■ TASK REQUIREMENTS: The lines below are to be quoted exactly, from the first through the one that contains "(71.389025, 6.565706), align=None)".

■ Stored records:
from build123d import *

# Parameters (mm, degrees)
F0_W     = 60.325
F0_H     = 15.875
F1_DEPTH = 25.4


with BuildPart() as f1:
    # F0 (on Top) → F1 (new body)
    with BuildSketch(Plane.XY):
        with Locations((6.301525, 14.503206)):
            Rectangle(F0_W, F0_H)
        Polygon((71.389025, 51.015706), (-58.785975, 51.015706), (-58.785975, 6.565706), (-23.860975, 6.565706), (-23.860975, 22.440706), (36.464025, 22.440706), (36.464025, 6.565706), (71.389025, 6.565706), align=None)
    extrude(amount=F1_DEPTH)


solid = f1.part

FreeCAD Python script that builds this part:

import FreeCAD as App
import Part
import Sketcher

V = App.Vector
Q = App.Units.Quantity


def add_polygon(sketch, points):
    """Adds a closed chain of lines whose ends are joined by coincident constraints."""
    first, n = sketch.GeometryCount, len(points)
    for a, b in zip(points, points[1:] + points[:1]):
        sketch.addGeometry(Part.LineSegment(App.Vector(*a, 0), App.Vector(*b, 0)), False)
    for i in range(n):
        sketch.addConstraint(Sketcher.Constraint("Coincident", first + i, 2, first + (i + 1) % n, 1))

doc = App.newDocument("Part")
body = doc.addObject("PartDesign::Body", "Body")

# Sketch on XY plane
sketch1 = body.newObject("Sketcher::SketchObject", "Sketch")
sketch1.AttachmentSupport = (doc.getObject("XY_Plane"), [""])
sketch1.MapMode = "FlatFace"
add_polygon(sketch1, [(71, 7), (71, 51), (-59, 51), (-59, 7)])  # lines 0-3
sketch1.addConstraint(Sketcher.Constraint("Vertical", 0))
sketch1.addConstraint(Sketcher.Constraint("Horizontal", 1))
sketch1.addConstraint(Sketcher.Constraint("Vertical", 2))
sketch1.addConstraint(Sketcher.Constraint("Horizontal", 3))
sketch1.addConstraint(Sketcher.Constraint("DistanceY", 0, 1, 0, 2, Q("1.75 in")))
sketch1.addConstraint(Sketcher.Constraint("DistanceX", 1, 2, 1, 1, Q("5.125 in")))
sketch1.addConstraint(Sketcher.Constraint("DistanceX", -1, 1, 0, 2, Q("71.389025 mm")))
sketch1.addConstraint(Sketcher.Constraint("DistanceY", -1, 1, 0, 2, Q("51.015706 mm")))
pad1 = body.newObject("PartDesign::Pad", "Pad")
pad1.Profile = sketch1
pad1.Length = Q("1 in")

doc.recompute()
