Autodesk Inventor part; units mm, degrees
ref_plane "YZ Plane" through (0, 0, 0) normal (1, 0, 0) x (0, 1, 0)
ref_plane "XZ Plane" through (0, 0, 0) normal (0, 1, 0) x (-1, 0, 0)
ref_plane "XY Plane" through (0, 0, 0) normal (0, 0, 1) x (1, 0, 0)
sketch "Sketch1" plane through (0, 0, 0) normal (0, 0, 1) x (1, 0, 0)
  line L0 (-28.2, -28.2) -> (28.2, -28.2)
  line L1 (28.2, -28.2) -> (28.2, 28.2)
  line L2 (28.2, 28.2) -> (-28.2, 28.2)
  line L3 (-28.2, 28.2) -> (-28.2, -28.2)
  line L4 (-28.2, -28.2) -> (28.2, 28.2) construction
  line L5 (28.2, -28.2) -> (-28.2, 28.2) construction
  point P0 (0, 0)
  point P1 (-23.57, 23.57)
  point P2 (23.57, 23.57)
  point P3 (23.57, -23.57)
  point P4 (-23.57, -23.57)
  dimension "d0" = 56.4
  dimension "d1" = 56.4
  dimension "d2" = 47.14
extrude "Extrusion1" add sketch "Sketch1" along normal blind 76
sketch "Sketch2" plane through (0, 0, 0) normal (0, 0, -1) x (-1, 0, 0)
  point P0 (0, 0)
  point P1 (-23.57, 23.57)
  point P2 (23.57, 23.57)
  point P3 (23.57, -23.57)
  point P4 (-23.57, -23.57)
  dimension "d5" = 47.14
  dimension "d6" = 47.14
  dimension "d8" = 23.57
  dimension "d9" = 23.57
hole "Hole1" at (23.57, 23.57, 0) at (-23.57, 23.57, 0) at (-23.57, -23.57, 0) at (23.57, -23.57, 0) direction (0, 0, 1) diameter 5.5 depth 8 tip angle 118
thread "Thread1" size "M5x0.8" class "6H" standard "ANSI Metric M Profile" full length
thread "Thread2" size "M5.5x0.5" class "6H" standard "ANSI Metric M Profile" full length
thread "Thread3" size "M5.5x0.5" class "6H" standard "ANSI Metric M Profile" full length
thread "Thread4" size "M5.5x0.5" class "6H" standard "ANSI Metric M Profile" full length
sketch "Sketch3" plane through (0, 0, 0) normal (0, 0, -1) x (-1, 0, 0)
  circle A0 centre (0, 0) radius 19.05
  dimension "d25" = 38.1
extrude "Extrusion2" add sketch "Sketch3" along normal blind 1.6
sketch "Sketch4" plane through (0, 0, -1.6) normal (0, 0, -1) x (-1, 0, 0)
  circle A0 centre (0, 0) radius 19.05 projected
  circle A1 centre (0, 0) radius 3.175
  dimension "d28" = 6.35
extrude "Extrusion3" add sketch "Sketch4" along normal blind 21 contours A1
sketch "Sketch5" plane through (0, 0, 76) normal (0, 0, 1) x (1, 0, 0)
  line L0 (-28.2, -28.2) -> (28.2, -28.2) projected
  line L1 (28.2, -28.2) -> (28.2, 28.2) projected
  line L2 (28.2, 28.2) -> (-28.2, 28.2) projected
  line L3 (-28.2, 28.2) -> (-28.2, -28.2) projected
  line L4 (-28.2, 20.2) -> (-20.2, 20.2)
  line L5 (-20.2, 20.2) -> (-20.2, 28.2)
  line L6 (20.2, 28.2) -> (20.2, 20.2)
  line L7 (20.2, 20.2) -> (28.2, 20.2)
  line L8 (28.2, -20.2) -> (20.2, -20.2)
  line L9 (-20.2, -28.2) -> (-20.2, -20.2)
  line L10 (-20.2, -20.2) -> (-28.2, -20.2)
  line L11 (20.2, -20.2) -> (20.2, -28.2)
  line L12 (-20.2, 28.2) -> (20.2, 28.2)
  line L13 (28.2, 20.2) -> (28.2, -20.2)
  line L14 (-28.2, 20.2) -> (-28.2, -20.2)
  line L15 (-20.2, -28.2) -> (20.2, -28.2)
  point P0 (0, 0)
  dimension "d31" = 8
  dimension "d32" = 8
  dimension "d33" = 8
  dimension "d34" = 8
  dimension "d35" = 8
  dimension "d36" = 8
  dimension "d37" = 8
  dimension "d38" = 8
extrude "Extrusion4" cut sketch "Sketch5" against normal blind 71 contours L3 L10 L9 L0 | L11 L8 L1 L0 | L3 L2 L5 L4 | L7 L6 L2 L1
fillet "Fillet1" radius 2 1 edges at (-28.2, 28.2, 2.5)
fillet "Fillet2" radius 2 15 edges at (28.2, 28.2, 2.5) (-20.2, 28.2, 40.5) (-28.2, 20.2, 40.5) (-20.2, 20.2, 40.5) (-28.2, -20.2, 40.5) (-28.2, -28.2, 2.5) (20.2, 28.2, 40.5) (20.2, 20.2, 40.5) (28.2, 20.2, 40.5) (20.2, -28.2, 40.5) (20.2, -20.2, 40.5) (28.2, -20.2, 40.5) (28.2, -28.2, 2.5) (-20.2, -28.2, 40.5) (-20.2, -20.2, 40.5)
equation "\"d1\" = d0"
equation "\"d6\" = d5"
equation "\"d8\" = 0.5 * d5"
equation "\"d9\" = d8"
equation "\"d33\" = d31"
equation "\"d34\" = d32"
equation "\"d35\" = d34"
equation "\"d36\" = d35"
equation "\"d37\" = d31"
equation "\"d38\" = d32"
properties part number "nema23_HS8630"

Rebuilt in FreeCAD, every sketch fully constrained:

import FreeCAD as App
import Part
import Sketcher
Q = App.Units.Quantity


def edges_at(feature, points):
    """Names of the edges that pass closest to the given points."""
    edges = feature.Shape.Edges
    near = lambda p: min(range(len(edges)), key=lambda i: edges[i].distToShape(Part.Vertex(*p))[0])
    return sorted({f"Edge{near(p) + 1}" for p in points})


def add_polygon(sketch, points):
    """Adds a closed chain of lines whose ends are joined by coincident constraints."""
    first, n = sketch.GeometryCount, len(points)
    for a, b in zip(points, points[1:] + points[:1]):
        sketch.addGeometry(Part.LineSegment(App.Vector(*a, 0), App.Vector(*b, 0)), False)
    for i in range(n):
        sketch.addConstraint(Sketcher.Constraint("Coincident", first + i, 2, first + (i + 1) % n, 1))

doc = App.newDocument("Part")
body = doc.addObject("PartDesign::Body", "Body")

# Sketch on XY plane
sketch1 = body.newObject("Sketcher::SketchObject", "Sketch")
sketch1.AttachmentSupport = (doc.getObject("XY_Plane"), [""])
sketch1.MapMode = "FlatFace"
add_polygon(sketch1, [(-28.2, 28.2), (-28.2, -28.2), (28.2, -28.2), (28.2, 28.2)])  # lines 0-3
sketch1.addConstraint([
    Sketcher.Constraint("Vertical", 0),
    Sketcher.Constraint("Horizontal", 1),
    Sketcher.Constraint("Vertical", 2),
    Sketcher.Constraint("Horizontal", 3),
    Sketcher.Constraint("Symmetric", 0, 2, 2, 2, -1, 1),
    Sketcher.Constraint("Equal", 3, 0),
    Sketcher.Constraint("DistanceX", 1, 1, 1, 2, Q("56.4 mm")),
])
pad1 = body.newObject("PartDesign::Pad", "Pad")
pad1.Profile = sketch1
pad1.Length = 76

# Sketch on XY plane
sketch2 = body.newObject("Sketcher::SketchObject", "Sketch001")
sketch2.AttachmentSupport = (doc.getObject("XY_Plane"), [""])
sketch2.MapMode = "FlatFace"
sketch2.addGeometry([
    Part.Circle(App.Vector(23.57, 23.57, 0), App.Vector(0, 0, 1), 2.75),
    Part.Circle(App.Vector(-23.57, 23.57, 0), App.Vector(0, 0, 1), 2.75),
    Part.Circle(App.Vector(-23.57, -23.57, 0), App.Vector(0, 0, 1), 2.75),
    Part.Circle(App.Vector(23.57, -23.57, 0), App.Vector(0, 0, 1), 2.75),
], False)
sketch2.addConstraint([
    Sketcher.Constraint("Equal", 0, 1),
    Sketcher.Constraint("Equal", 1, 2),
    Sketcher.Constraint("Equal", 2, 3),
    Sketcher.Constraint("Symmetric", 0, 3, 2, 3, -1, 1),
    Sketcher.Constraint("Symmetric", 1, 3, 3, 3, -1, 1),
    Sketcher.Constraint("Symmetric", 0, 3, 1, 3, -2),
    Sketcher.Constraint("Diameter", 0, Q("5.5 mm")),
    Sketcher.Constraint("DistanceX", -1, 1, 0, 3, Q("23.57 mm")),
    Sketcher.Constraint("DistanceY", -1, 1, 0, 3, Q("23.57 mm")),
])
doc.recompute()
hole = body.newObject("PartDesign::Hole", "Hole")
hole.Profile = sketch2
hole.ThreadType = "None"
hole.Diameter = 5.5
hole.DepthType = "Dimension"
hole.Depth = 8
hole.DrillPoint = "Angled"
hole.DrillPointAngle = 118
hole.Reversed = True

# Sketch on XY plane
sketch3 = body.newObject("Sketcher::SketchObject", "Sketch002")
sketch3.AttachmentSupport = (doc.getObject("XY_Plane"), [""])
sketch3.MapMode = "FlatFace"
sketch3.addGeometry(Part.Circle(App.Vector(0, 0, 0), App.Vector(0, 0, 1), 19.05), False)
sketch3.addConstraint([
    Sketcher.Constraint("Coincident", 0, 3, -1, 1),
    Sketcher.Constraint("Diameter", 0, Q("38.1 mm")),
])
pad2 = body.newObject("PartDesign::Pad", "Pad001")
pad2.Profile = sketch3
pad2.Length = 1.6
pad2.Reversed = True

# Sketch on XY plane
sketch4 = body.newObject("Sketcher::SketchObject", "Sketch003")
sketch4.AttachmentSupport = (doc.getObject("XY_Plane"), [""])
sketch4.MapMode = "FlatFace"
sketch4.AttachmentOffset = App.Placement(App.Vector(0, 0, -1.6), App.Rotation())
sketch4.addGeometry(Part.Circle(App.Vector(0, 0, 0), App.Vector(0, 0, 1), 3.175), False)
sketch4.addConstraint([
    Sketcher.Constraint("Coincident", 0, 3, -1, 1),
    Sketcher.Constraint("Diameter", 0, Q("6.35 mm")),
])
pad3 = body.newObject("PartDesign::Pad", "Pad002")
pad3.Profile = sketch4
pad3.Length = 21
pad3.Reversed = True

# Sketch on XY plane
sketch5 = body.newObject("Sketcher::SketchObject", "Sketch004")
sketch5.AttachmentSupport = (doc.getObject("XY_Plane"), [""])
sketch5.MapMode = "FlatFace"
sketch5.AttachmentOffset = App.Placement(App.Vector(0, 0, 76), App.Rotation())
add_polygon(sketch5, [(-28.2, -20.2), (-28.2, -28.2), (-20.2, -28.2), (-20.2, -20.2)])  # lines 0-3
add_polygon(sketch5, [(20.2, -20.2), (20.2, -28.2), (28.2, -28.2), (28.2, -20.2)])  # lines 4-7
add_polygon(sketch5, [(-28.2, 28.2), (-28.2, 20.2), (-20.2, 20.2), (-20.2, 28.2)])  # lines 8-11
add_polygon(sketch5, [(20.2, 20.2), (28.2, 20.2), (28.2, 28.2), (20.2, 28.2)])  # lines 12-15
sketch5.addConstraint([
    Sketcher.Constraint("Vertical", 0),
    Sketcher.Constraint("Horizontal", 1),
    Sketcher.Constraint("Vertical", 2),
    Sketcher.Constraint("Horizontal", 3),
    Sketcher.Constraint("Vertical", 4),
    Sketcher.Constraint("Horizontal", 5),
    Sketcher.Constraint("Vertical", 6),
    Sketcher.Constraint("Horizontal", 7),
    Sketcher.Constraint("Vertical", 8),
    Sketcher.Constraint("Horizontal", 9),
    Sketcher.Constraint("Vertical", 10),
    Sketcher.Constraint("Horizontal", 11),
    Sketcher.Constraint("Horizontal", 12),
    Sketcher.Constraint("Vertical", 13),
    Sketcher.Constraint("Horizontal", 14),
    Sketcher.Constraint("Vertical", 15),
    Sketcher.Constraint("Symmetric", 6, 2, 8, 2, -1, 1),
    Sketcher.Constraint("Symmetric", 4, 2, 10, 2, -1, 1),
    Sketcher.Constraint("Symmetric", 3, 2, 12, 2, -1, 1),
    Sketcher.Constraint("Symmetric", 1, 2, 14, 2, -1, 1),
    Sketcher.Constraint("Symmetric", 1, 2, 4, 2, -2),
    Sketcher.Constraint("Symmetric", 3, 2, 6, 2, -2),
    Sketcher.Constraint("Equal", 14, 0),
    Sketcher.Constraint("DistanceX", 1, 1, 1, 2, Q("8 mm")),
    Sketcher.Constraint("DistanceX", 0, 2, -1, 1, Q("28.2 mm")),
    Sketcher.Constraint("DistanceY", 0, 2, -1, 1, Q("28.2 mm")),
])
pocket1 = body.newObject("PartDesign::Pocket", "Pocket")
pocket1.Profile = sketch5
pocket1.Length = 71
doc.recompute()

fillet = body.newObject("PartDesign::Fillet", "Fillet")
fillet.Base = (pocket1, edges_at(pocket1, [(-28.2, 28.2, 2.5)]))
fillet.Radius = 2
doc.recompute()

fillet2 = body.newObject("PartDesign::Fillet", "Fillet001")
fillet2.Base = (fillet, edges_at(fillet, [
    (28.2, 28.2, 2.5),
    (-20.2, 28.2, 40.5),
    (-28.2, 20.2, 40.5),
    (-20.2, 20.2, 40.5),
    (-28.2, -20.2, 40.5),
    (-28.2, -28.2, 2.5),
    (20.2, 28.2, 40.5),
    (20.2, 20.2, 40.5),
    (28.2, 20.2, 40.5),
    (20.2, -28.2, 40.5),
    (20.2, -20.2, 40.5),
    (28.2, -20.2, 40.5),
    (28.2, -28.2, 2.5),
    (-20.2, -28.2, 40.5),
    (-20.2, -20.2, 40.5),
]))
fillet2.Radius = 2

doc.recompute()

■ RESPONSE TO THIS TASK:
from build123d import *

# Parameters (mm, degrees)
F0_W     = 60.325
F0_H     = 15.875
F1_DEPTH = 25.4


with BuildPart() as f1:
    # F0 (on Top) → F1 (new body)
    with BuildSketch(Plane.XY):
        with Locations((6.301525, 14.503206)):
            Rectangle(F0_W, F0_H)
        Polygon((71.389025, 51.015706), (-58.785975, 51.015706), (-58.785975, 6.565706), (-23.860975, 6.565706), (-23.860975, 22.440706), (36.464025, 22.440706), (36.464025, 6.565706), (71.389025, 6.565706), align=None)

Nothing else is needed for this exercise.